In Boreal seas, bivalve metabolic activity is usually more reduced than in tropical or temperate domains, and the life span increase. For example, growth bands counting in the shells of the ocean Quahog (Arctica islandica) reveals that some of these shells are up to 250 years old (Wanamaker et al., 2008). Nevertheless in those environments, few species have highly defined growth increments calibration. The shell growth of the Antarctic scallop Adamussium colbecki is presently not well defined. Some authors attribute a growth rate close to the temperate equivalent species (Heilmayer et al., 2003) whereas others show a lower performance (Berkman et al., 2004).
During the MACARBI program, to investigate the shell growth rate and determine a sclerochronologic profile, Adamussium colbecki and Laternula elliptica shells from Terre Adélie (Antarctic) were marked in situ with calcein during 6 hours and recapture a month later, in the austral summer 2007-2008. At the same time, a control of environmental conditions (temperature, salinity and chlorophyll) was carried out.
All shells marked provide a distinct green fluorescent line, corresponding to the date of the marking.

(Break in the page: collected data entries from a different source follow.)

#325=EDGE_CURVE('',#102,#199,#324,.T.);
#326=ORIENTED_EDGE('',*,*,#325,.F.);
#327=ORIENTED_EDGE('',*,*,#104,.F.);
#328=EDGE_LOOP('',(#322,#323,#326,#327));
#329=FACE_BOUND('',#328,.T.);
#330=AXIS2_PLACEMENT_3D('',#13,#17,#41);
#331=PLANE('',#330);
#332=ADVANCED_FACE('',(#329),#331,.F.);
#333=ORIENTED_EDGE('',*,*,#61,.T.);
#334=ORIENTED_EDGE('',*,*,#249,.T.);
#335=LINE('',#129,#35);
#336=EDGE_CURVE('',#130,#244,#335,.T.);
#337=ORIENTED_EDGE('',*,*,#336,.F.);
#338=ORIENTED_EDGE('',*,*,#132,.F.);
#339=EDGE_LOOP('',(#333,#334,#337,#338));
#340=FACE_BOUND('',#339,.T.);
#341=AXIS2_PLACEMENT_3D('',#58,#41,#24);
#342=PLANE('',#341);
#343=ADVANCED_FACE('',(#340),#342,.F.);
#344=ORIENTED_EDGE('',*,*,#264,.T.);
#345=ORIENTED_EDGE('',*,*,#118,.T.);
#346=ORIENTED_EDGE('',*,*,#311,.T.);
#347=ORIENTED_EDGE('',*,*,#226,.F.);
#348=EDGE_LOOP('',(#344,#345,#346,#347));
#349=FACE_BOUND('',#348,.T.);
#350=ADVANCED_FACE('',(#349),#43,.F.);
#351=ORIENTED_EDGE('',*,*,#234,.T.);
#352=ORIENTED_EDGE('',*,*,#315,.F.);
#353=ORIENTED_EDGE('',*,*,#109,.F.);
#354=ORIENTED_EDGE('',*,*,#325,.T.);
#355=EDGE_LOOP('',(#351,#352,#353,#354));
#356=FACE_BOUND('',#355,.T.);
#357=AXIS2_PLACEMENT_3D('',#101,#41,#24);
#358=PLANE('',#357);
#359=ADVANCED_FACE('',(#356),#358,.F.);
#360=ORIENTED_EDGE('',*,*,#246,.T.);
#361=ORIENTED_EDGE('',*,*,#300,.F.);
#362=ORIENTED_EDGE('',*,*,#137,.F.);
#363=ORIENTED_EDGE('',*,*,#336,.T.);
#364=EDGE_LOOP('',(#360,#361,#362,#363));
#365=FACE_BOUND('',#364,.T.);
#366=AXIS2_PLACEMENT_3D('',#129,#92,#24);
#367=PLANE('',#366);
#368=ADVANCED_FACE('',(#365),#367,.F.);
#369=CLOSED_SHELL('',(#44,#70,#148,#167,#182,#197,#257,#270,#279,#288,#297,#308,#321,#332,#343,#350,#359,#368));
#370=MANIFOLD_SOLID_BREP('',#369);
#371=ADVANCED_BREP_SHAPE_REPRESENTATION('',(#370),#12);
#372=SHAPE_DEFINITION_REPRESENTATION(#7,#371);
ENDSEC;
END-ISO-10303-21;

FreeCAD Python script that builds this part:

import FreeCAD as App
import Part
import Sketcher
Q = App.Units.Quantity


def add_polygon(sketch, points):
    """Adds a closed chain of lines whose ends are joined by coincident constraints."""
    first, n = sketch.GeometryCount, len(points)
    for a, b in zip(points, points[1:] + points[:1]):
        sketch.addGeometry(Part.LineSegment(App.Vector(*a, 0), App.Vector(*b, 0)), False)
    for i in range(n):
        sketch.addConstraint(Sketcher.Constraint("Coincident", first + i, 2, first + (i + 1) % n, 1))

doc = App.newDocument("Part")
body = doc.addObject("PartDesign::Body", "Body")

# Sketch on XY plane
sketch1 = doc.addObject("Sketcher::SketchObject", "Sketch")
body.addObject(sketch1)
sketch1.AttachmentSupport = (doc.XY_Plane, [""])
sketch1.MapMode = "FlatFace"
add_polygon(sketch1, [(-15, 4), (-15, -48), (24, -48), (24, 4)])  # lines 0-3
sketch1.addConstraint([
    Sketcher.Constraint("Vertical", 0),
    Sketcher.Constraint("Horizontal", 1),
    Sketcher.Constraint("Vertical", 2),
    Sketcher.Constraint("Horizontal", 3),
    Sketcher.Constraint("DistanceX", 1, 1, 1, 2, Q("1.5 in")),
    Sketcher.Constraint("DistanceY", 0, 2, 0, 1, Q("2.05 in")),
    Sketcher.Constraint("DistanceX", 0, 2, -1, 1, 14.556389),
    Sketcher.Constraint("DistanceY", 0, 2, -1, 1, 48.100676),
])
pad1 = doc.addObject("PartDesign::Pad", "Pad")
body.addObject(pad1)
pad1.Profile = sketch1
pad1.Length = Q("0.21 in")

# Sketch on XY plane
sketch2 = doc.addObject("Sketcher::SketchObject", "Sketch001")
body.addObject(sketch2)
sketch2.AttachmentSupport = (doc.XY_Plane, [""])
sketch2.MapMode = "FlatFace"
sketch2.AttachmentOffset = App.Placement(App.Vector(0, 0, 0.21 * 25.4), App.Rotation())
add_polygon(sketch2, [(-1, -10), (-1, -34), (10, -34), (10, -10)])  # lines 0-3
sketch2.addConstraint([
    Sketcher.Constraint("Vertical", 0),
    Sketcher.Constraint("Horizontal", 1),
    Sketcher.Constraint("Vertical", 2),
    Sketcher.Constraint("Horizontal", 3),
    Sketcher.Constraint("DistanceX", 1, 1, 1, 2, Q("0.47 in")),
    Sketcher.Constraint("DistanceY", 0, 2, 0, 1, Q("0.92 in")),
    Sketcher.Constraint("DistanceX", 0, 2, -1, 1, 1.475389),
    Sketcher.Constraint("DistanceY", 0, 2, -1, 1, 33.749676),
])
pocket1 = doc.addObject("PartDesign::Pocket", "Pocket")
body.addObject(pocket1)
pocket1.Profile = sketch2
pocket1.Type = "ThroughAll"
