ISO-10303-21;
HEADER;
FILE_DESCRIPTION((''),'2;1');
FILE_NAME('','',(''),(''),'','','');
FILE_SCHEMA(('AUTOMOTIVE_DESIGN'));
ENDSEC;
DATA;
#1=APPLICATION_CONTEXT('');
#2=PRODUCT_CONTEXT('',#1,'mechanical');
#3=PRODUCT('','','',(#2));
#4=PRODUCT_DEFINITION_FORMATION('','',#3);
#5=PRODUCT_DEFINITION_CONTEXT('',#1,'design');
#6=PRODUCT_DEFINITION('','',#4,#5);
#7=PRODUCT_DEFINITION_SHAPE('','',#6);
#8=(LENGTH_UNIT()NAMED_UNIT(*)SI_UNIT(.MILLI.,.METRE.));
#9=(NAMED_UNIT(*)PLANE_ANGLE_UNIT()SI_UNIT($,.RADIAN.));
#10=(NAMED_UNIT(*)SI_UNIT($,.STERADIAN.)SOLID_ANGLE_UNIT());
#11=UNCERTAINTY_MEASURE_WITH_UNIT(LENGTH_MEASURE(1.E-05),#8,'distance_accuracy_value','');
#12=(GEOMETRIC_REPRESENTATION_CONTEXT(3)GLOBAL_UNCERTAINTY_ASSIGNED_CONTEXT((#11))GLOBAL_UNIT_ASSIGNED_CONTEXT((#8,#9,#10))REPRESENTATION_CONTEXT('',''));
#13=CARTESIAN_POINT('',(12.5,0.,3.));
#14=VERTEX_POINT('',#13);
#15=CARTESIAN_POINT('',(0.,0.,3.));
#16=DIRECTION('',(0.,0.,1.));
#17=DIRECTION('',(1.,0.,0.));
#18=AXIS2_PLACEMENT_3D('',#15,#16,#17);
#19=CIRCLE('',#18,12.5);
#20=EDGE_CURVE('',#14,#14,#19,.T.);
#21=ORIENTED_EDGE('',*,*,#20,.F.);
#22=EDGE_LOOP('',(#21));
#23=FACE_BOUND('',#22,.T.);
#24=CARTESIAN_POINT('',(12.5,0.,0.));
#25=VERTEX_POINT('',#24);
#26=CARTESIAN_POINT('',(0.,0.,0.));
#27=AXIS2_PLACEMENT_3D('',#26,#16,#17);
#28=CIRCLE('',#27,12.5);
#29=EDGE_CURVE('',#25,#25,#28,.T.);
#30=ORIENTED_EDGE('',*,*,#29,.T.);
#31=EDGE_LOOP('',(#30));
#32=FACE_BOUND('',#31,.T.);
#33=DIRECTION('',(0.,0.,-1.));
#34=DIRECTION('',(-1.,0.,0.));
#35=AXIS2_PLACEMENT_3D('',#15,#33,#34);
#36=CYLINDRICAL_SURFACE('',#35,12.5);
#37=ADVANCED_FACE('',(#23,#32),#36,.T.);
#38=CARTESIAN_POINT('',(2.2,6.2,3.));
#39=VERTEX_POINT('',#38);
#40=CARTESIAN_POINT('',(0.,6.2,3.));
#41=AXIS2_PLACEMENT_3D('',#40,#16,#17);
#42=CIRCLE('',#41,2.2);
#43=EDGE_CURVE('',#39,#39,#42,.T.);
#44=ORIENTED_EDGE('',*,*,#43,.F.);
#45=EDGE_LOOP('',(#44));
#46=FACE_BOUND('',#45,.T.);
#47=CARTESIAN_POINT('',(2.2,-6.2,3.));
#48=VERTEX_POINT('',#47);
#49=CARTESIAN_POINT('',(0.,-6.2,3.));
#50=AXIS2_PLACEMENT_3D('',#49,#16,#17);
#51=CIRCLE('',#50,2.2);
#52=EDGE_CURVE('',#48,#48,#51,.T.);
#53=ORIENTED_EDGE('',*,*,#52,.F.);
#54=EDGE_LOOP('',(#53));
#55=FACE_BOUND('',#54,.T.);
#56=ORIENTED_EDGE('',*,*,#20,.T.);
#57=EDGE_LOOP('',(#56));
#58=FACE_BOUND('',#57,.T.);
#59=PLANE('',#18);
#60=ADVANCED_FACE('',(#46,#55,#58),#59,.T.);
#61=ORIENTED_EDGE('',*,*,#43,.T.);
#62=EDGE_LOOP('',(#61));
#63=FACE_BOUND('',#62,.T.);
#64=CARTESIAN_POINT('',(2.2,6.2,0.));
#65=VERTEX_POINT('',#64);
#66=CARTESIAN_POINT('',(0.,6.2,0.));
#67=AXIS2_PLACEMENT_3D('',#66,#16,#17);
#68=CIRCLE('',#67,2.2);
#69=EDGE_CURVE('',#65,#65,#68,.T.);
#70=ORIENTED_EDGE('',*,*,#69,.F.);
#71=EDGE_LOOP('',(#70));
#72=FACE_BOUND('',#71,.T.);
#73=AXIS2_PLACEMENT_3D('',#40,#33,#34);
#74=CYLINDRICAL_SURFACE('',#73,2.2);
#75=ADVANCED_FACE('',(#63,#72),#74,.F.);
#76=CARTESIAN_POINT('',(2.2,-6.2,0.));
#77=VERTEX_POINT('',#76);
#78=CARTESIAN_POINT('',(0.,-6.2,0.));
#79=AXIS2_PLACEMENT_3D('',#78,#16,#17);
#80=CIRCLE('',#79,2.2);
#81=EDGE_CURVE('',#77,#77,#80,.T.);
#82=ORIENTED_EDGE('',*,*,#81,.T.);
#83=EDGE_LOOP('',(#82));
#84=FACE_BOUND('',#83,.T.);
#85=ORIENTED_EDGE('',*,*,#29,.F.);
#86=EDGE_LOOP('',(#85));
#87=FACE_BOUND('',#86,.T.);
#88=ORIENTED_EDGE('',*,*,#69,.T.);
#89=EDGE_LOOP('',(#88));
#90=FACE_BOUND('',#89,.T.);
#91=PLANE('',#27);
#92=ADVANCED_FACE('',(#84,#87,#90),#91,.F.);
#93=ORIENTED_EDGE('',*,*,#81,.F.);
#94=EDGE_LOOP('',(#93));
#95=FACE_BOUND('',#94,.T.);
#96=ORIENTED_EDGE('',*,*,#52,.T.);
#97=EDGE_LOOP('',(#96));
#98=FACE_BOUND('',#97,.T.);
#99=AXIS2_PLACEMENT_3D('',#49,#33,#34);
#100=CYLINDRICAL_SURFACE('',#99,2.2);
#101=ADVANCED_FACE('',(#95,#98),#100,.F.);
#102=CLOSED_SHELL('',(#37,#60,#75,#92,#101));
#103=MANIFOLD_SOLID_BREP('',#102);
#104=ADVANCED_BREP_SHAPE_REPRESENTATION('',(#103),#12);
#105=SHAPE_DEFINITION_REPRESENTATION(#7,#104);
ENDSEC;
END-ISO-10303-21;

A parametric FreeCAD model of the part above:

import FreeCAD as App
import Part
import Sketcher

V = App.Vector
Q = App.Units.Quantity

doc = App.newDocument("Part")
body = doc.addObject("PartDesign::Body", "Body")

sketch1 = body.newObject("Sketcher::SketchObject", "Sketch")
sketch1.AttachmentSupport = (doc.getObject("XY_Plane"), [""])
sketch1.MapMode = "FlatFace"
sketch1.addGeometry([
    Part.Circle(V(0, 0, 0), V(0, 0, 1), 12.5),
    Part.Circle(V(0, -6.2, 0), V(0, 0, 1), 2.2),
    Part.Circle(V(0, 6.2, 0), V(0, 0, 1), 2.2),
], False)
sketch1.addConstraint([
    Sketcher.Constraint("Coincident", 0, 3, -1, 1),
    Sketcher.Constraint("Equal", 1, 2),
    Sketcher.Constraint("Symmetric", 1, 3, 2, 3, -1, 1),
    Sketcher.Constraint("PointOnObject", 1, 3, -2),
    Sketcher.Constraint("Diameter", 0, Q("25 mm")),
    Sketcher.Constraint("Diameter", 1, Q("4.4 mm")),
    Sketcher.Constraint("DistanceY", 1, 3, -1, 1, Q("6.2 mm")),
])
pad1 = body.newObject("PartDesign::Pad", "Pad")
pad1.Profile = sketch1
pad1.Length = 3

doc.recompute()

Calcein marking did not affect survivorship or growth of A. colbecki and L. elliptica. Shell size measurements show that A. colbecki have a high growth rate, at least throughout the juvenile state. The big L. elliptica bivalves exhibit a lower shell growth rate than the pectinids. The counting of growth increments additionally to the use of calcein markings helps us to establish a chronological time scale in those polar bivalves. This sclerochronologic approach can be now used for geochemistry analyses. A. colbecki shells seem more appropriate for high-resolution archive and L. elliptica will provide information on a longer time scale.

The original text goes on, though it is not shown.